Sorry that's rambling but i know what I mean just not very articulate!

RedHelenB · 01/01/2022 18:18

Yabu to try to pick fault with your inlaws yes. If they hadn't included you no doubt you'd have moaned that they hadn't acknowledged your early trauma.

blablablablablablablabla · 01/01/2022 19:11

I understand you OP. It hits a nerve with you I think.

You want to get on with life and don't want your illness to define you.

I think this colours how you see the comments.

I wish my in laws acknowledged that I've had tough times. People always minimise what I've been through and go through. It would mean a lot if someone said that to me and acknowledged my pain.

But I'm not you. I think it's really kind of them to remember your suffering when talking about their daughter, especially.

However I totally see it from your point of view too. You have dealt with your situation a certain way and it's not helpful to discuss it this much.

It sounds like you've tried to tell them not to talk about it so much. Maybe a really open hearted discussion would help.

Dear MIL and FIL, I really appreciate how supportive you are about my struggles and how much compassion you have shown me. But it really makes me sad to be reminded of what happened to me and to be defined by it. I want to forget about it, because I'm well now and it scares me to keep talking about it. It makes it feel present for me and the way I deal with it, is to make it the past. Please let's not talk about it so much. That would really help me feel safe.
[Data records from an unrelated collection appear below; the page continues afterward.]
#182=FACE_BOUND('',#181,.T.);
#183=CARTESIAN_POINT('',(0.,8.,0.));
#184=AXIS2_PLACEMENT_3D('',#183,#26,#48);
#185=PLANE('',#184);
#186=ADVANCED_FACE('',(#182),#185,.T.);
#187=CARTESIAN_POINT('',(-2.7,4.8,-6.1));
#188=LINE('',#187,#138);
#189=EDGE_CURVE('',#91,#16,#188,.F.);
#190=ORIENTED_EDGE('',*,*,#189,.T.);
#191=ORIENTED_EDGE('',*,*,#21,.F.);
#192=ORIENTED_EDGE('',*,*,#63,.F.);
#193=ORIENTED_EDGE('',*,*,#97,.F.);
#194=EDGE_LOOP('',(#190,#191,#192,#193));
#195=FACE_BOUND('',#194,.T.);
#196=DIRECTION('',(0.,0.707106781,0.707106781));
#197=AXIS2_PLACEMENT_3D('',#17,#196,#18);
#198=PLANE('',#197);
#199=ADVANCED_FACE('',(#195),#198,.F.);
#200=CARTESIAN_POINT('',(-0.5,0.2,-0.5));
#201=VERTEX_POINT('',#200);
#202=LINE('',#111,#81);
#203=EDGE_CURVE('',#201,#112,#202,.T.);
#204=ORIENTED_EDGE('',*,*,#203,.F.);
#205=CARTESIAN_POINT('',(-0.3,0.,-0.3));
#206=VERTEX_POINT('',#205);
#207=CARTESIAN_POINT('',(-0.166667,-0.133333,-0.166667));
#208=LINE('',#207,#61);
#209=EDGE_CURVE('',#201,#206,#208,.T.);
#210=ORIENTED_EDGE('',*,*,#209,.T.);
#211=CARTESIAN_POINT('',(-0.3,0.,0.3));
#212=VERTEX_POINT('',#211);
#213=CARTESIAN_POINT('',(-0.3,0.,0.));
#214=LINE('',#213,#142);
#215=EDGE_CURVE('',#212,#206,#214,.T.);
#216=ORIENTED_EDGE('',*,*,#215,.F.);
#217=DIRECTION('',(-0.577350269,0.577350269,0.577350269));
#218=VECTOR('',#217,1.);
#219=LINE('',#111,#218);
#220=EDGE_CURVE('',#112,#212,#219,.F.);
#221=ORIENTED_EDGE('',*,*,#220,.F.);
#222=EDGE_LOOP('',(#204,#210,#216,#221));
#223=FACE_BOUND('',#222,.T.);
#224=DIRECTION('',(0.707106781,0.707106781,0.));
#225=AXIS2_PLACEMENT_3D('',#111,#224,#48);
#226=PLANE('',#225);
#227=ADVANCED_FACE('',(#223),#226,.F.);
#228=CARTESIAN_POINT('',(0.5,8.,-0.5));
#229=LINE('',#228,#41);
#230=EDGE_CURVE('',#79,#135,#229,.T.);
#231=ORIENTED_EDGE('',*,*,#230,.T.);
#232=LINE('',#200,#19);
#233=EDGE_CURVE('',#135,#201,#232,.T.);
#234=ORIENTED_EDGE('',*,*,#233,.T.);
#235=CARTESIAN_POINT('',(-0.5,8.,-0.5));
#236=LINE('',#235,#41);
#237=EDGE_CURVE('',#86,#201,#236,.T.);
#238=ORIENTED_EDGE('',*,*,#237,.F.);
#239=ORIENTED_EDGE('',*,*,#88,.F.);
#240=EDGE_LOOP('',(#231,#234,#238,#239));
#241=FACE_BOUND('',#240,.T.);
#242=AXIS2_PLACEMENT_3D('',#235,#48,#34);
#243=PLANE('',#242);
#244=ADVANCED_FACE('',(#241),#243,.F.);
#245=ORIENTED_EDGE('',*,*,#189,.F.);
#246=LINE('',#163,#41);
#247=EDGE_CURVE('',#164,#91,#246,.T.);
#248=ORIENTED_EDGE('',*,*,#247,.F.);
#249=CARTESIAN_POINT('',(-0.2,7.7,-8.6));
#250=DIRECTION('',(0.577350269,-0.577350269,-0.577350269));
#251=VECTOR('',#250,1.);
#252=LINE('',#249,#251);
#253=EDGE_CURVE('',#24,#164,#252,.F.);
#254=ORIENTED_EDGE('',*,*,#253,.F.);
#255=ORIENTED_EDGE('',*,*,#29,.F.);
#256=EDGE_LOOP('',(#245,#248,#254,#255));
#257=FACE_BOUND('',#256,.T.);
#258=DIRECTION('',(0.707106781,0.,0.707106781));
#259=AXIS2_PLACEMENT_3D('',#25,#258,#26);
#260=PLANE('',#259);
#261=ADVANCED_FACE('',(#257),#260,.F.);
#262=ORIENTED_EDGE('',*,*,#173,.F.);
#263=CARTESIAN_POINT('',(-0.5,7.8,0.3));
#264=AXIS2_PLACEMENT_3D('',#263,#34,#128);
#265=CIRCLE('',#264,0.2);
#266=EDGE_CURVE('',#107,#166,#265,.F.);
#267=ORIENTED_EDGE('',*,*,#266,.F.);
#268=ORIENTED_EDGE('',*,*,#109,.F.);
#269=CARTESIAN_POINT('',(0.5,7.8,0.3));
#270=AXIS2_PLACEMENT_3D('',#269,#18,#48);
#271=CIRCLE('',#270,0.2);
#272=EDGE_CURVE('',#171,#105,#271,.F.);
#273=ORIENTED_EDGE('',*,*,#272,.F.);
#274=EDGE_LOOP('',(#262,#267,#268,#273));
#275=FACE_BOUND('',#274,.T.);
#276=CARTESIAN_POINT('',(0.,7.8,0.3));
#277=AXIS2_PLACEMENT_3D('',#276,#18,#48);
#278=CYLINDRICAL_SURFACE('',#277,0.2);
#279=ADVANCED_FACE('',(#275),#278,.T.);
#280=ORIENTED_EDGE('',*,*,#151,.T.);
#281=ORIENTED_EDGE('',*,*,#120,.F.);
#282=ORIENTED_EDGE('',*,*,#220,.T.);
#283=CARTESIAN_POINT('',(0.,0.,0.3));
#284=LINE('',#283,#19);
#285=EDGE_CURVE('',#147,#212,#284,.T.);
Is that how you feel deep down ? I'm just guessing ? Them bringing it up could be stirring up fears of you becoming unwell again ?

CharlotteRose90 · 01/01/2022 21:28

Are you scared to become unwell again? Is that why you don’t like them using those words. You did have a hard time and so did your sil. Speaking from experience someone being seriously ill effects the whole family. Mine was 4 years ago and to this day it still effects my parents especially if I become sick with something they worry. Your sils parents will worry for the rest of their lives that their child will become sick again. I can’t even contemplate what my parents went though despite me being in my 20s going through all the scans with me, treatments with me and being told I had a 20% chance of making it. It’s a lot and you don’t forget it. Maybe you’ve blocked it out op like I have but most don’t .

HNY2022 · 01/01/2022 21:31

Thank you @blablablablablablablabla. That is a good approach, as is the advice given by everyone else.

I definitely have been too sensitive about it, and realise it’s not about resilience but approach - my approach was and has been to move on with my life and forget about it, whereas their approach is to talk about it.

There was another comment my MiL made about half an hour beforehand, which rubbed me up the wrong way which is what I think contributed to my ranty post. It was NYE so she was talking about how much she loves having us around and grandchildren, and then she said she really feared we would have to adopt. When DH asked her what she meant, she responded that she was worried about my medical history and my fertility, but we’ve given her grandchildren so it’s ok. So that irritated me, which sounds like is me being sensitive again, but that, combined with my hard life, just made me think arghhhhh! Hence my rant here!

OP posts:
Ozanj · 01/01/2022 21:35

I think it depends on the illness really. For example most childhood cancers are much, much easier to treat the younger you are and the youngest kids won’t get ptsd / depression / have been scared by well meaning doctors or parents. So it’s very possible you had it much much easier than her if you got that illness earlier.